Ruang liminal mengajarkan kita satu hal penting: ketidakpastian bukanlah musuh, melainkan undangan. Dalam ketidakpastian, kita menemukan peluang untuk melampaui batas-batas lama dan menciptakan bentuk kehidupan baru. Terence McKenna mengajak kita untuk berani membayangkan masa depan di mana sains dan spiritualitas, teknologi dan mitos, akal dan imajinasi, semuanya bersatu dalam tarian kosmik kesadaran. “Alam semesta bukanlah mesin mati,” katanya, “ia adalah pikiran yang hidup, dan kita adalah bagian dari imajinasinya”. Maka, ketika kita bertanya apa yang seharusnya dilakukan budaya saat menghadapi masalah besar, jawabannya mungkin bukan memilih antara maju atau mundur. Jawabannya adalah menari di ruang liminal, merangkul ketidakpastian, dan menemukan kembali kearifan yang hilang.
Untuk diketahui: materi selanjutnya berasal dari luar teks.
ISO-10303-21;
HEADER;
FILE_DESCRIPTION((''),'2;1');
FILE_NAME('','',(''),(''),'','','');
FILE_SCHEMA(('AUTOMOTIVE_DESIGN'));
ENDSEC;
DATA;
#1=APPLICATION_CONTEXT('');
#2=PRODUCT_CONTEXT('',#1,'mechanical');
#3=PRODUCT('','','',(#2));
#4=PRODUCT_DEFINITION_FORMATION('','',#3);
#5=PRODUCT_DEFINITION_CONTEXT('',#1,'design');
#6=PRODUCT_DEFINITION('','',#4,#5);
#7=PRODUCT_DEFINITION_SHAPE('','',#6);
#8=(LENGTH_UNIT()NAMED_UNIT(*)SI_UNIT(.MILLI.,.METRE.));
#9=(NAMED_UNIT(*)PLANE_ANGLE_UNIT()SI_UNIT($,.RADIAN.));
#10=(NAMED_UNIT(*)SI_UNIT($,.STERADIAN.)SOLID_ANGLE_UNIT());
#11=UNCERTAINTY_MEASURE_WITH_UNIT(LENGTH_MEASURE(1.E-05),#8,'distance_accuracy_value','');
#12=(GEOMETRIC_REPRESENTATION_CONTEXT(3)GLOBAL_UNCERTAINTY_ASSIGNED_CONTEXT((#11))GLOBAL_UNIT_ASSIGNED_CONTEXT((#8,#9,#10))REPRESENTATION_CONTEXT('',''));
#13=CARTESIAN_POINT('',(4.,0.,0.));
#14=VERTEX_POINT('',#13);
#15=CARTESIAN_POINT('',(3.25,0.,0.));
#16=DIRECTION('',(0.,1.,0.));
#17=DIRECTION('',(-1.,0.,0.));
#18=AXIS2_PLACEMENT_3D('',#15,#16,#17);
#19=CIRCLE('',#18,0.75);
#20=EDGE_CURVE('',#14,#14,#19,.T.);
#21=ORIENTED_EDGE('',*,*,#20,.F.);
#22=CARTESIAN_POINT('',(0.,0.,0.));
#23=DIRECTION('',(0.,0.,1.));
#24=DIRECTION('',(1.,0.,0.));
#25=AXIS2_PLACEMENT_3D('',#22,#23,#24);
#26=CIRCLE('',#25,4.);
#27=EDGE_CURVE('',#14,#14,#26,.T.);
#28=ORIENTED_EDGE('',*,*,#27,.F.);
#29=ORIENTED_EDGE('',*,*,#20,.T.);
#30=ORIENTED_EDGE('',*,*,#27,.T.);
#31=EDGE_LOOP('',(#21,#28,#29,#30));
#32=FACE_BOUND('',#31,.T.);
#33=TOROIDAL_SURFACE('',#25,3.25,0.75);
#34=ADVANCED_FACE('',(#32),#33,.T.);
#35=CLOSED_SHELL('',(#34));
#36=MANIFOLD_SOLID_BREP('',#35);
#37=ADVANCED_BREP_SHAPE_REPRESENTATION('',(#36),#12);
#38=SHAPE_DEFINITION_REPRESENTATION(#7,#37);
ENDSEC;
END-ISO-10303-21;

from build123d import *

# Parameters (mm, degrees)
SWEEP1_PROFILE_R = 0.75


with BuildPart() as part:
    # Sweep1: sweep along a path in Sketch1
    with BuildLine(Plane.XY) as sweep1_path:
        CenterArc((0, 0), 3.25, 0, 360)
    # Sweep1 profile (on start of the path) → Sweep1 (sweep)
    with BuildSketch(Plane(origin=(3.25, 0, 0), x_dir=(0, 0, 1), z_dir=(0, 1, 0))):
        Circle(SWEEP1_PROFILE_R)
    sweep(path=sweep1_path.line)


solid = part.part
Kita harus menatap masa lalu bukan sebagai reruntuhan, tetapi sebagai reservoir makna, sekaligus memandang masa depan bukan sebagai ancaman, tetapi sebagai kemungkinan tak terbatas. Kebangkitan arkais bukanlah nostalgia, melainkan revolusi kesadaran. Kita sedang berada di tepi perubahan besar. Pertanyaannya, apakah kita siap melompat?
Referensi
Campbell, J. (1949). The Hero with a Thousand Faces. Princeton University Press.
Eliade, M. (1959). The Sacred and the Profane: The Nature of Religion. Harcourt, Brace & World.
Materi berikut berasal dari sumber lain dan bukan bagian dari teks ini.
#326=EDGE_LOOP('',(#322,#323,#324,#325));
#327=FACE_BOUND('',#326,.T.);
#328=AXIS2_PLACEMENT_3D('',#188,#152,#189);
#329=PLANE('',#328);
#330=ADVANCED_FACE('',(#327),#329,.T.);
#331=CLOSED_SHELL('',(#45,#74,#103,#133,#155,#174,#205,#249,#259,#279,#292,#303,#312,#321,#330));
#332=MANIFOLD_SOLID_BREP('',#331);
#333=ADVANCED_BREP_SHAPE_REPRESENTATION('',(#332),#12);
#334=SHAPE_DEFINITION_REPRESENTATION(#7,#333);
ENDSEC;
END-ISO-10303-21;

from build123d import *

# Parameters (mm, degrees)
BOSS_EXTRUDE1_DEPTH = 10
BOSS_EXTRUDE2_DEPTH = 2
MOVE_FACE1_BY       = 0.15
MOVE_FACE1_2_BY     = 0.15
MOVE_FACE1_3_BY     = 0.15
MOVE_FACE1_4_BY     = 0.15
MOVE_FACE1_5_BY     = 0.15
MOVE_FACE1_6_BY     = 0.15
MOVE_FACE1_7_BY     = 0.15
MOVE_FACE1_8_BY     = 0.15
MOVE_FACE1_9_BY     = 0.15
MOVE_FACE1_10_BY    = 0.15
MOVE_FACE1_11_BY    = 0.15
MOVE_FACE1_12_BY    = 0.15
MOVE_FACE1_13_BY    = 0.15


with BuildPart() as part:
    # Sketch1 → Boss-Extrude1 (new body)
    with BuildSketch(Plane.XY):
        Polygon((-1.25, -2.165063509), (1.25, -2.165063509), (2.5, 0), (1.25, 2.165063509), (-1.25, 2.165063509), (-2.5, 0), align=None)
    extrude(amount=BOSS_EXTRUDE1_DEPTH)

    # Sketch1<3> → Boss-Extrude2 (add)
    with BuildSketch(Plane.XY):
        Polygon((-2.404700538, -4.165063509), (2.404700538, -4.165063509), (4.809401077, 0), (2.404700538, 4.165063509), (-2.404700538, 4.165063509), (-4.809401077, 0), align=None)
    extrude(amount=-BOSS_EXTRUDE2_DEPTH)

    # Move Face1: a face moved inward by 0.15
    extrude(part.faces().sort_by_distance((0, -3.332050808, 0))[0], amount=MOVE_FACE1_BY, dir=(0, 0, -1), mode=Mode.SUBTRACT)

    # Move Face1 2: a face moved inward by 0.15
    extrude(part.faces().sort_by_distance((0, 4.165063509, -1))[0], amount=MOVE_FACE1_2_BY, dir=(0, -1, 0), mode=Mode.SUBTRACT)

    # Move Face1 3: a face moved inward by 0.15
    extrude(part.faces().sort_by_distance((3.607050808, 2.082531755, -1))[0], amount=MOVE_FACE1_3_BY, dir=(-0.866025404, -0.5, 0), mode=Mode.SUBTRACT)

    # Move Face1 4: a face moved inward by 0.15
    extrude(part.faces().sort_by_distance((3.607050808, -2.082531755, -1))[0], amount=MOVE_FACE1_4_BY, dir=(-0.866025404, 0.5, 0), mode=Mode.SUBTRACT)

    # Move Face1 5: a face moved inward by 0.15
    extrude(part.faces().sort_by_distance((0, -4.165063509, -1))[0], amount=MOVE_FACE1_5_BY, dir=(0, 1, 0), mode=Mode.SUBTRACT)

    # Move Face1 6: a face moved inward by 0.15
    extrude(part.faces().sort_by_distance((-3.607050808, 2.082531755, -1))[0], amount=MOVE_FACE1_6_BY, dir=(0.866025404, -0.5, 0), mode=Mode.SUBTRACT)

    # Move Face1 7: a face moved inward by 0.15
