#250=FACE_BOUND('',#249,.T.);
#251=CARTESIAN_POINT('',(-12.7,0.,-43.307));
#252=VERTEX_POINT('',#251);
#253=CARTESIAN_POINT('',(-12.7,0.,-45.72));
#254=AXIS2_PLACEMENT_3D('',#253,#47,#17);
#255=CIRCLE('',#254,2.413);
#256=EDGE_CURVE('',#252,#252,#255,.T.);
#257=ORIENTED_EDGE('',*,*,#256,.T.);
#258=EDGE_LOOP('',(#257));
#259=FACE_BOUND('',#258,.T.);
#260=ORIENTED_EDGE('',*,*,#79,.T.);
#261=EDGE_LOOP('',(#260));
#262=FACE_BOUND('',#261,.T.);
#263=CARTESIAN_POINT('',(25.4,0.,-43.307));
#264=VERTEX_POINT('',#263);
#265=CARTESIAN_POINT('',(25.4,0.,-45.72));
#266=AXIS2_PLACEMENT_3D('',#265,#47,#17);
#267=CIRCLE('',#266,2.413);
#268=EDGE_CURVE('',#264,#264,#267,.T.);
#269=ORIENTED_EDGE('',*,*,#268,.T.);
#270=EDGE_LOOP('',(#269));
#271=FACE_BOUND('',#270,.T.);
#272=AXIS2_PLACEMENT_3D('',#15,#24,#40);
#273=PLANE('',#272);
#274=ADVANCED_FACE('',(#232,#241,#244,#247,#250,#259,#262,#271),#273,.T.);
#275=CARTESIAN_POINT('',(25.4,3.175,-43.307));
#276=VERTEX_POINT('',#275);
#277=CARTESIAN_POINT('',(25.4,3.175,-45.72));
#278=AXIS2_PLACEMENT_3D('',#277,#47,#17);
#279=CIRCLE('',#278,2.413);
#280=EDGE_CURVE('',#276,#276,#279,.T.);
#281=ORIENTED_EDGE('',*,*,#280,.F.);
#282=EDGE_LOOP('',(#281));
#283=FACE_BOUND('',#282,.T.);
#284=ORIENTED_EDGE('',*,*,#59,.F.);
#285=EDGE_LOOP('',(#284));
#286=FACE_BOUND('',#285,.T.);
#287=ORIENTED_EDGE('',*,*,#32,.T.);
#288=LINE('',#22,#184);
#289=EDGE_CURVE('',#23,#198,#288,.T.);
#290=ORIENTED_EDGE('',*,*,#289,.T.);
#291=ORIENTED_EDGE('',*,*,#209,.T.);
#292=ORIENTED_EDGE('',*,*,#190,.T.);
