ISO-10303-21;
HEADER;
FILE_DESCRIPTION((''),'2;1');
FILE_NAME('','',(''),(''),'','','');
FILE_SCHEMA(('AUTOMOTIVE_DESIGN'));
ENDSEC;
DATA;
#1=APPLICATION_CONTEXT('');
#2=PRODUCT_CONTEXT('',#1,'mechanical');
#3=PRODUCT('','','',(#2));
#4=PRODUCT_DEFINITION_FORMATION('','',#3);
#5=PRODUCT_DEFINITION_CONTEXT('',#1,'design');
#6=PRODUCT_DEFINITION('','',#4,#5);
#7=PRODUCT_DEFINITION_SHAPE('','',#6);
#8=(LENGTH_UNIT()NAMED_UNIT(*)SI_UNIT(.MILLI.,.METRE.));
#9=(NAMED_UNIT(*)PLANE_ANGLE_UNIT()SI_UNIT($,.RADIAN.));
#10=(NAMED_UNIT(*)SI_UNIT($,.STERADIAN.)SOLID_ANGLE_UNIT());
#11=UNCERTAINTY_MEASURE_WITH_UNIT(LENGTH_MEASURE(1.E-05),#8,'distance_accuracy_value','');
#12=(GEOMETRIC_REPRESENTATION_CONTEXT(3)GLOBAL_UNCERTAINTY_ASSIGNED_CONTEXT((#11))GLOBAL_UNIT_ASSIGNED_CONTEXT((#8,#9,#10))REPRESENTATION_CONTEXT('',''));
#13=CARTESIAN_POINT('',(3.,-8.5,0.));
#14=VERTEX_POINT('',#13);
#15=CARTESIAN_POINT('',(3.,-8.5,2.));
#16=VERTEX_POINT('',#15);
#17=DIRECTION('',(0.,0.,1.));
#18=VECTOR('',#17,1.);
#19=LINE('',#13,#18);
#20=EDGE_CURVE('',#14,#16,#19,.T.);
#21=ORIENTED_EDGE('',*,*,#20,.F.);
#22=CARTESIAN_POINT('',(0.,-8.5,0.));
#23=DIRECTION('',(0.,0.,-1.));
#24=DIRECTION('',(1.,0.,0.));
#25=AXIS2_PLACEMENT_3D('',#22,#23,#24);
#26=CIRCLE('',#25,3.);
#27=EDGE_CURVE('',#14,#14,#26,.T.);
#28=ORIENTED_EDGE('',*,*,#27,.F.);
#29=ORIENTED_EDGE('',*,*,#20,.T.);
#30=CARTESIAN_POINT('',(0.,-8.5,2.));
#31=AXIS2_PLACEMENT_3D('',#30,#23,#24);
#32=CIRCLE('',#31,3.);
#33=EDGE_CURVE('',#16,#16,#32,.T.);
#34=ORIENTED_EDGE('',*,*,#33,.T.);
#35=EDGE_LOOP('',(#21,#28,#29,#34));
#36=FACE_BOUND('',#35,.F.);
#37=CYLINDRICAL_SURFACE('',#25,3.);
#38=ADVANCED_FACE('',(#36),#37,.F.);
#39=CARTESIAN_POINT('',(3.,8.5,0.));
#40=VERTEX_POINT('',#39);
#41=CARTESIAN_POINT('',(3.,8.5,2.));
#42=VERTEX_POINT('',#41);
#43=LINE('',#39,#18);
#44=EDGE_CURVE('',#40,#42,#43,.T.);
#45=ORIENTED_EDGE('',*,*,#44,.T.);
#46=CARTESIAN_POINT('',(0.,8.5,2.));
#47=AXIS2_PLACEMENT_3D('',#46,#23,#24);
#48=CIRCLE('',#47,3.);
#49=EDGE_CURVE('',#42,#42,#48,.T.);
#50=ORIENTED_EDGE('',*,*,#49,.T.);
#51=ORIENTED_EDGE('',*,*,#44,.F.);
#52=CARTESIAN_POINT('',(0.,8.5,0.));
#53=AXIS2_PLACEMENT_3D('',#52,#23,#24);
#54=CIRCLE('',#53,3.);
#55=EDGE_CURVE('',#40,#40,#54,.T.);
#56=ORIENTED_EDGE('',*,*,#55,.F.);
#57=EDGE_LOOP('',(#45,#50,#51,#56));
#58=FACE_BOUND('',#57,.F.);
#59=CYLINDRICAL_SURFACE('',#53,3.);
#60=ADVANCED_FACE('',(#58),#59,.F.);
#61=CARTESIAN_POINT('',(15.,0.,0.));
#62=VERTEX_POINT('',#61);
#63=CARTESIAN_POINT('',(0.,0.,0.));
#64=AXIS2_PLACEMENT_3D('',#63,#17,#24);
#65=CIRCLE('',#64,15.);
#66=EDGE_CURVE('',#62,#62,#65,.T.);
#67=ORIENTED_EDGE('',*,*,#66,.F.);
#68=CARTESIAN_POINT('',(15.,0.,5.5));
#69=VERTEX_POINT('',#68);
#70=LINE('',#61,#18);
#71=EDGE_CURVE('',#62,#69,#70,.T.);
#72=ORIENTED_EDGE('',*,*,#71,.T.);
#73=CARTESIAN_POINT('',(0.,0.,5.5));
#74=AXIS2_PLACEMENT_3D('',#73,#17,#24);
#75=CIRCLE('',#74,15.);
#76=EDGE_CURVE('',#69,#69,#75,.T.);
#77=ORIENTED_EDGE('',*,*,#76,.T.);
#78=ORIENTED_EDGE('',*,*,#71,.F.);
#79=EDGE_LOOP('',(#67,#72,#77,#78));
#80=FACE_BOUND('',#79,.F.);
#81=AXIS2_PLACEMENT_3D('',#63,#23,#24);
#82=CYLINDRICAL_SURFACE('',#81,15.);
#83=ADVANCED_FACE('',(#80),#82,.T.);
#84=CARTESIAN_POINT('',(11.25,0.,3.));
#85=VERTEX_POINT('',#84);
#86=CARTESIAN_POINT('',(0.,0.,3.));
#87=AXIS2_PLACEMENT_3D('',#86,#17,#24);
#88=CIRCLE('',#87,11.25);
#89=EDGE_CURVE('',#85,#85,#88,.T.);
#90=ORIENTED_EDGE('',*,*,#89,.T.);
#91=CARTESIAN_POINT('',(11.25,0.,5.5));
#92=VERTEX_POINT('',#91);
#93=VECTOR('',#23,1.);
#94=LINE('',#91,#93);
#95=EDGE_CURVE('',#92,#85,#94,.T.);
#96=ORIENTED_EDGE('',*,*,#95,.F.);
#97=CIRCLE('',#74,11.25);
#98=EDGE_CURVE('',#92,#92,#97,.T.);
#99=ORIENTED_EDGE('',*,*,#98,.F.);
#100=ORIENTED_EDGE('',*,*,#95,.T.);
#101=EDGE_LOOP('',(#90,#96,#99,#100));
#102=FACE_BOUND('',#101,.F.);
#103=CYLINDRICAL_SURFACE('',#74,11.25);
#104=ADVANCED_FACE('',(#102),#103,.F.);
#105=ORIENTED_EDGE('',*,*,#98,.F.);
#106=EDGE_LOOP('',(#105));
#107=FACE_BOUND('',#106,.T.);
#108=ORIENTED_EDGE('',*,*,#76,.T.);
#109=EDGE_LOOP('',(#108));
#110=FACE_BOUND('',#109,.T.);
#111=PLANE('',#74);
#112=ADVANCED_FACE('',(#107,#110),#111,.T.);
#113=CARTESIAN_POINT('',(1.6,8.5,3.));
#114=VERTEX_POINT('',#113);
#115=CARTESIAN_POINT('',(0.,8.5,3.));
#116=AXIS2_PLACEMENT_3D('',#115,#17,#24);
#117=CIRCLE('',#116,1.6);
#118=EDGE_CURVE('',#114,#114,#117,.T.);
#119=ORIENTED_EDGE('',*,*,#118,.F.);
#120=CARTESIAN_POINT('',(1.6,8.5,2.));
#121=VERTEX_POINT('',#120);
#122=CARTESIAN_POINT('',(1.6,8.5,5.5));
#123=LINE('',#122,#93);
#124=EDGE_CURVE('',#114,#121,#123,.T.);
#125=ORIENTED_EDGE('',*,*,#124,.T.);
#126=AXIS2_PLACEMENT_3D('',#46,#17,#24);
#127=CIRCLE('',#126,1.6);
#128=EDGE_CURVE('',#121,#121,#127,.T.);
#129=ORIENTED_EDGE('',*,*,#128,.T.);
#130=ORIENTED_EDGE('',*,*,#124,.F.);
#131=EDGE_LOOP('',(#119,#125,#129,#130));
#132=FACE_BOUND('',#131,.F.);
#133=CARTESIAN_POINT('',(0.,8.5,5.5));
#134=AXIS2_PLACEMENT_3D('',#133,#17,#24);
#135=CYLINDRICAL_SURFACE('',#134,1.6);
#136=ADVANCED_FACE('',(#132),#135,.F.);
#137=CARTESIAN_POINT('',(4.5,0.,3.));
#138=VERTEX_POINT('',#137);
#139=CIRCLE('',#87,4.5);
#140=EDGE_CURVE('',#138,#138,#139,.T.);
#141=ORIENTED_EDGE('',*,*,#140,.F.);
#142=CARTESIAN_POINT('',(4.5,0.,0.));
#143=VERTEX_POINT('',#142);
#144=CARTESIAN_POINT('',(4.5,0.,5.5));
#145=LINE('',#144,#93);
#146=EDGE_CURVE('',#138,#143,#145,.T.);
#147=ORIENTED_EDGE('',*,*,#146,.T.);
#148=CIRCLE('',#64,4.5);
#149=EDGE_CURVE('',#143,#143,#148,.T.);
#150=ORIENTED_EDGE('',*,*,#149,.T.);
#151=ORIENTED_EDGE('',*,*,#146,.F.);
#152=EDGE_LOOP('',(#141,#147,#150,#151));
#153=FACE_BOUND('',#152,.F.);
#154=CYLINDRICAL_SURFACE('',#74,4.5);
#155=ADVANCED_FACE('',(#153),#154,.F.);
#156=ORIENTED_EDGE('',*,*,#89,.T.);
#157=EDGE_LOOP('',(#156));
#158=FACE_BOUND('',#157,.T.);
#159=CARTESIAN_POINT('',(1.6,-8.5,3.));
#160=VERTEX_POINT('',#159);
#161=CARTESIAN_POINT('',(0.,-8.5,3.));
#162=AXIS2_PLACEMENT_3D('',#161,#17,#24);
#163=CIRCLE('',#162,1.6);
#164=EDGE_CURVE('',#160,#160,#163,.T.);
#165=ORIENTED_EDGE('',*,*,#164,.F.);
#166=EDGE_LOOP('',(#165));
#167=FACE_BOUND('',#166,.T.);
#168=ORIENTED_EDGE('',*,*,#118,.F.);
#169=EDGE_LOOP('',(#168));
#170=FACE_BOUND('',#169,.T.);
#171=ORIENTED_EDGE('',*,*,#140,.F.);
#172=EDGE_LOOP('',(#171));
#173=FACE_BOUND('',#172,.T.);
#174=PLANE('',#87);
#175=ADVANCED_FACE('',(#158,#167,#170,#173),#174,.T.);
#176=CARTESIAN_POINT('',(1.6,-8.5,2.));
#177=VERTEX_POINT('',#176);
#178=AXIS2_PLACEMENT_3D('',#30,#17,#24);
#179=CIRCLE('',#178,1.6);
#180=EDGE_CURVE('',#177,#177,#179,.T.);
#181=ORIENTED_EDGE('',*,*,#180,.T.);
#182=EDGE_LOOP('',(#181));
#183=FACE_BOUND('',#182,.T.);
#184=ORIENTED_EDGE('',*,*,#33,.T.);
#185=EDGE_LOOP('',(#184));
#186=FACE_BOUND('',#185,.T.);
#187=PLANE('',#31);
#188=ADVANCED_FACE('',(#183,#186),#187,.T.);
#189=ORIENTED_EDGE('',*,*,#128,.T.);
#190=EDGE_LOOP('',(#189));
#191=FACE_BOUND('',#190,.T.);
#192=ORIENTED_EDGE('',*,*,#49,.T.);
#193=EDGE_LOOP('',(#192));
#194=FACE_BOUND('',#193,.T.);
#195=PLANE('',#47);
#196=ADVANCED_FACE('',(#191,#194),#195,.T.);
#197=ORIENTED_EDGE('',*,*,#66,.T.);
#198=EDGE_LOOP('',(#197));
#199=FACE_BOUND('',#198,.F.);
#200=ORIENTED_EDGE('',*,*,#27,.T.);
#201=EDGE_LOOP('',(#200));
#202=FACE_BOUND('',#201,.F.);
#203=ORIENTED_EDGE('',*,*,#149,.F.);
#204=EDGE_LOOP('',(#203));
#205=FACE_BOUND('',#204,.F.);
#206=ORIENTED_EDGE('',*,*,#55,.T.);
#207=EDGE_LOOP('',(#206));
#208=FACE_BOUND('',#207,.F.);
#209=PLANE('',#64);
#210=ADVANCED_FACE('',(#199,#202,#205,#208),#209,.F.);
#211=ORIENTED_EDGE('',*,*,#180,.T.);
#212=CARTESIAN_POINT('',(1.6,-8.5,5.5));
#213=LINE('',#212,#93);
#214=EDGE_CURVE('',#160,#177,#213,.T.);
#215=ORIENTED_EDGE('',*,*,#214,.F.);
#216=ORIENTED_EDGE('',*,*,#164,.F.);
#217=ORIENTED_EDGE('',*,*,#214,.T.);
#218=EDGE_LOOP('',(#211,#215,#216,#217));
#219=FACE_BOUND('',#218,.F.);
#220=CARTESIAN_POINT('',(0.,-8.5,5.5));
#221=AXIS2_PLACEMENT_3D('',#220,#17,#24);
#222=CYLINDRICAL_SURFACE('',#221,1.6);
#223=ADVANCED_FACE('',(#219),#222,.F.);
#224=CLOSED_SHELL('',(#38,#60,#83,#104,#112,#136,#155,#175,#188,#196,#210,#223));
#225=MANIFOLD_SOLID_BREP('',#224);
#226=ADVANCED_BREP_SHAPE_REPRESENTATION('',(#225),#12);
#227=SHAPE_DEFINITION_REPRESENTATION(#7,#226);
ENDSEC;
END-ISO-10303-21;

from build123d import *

# Parameters (mm, degrees)
SKETCH_R        = 15
PAD_DEPTH       = 5.5
SKETCH001_R     = 4.5
SKETCH001_R_2   = 1.6
POCKET_DEPTH    = 5.501
SKETCH002_R     = 11.25
POCKET001_DEPTH = 2.5
SKETCH003_R     = 3
POCKET002_DEPTH = 2


with BuildPart() as part:
    # Sketch → Pad (new body)
    with BuildSketch(Plane.XY):
        Circle(SKETCH_R)
    extrude(amount=PAD_DEPTH)

    # Sketch001 (on Face3 of Pad) → Pocket (cut, through all)
    with BuildSketch(Plane.XY.offset(5.5)):
        Circle(SKETCH001_R)
        with Locations((0, 8.5)):
            Circle(SKETCH001_R_2)
        with Locations((0, -8.5)):
            Circle(SKETCH001_R_2)
    extrude(amount=-POCKET_DEPTH, mode=Mode.SUBTRACT)

    # Sketch002 (on Face3 of Pocket) → Pocket001 (cut)
    with BuildSketch(Plane.XY.offset(5.5)):
        Circle(SKETCH002_R)
    extrude(amount=-POCKET001_DEPTH, mode=Mode.SUBTRACT)

    # Sketch003 (on Face2 of Pocket001) → Pocket002 (cut)
    with BuildSketch(Plane(origin=(0, 0, 0), x_dir=(1, 0, 0), z_dir=(0, 0, -1))):
        with Locations((0, 8.5)):
            Circle(SKETCH003_R)
        with Locations((0, -8.5)):
            Circle(SKETCH003_R)
    extrude(amount=-POCKET002_DEPTH, mode=Mode.SUBTRACT)


solid = part.part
Harari, Y. N. (2015). Homo Deus: A Brief History of Tomorrow. Harper.
McKenna, T. (1992). Food of the Gods: The Search for the Original Tree of Knowledge. Bantam Books.
McKenna, T. (1993). True Hallucinations: Being an Account of the Author’s Extraordinary Adventures in the Devil’s Paradise. HarperPerOne.
McKenna, T. (1999). The Archaic Revival. HarperSanFrancisco.
Turner, V. (1969). The Ritual Process: Structure and Anti-Structure. Aldine Publishing.
Tsing, A. L. (2015). The Mushroom at the End of the World: On the Possibility of Life in Capitalist Ruins. Princeton University Press.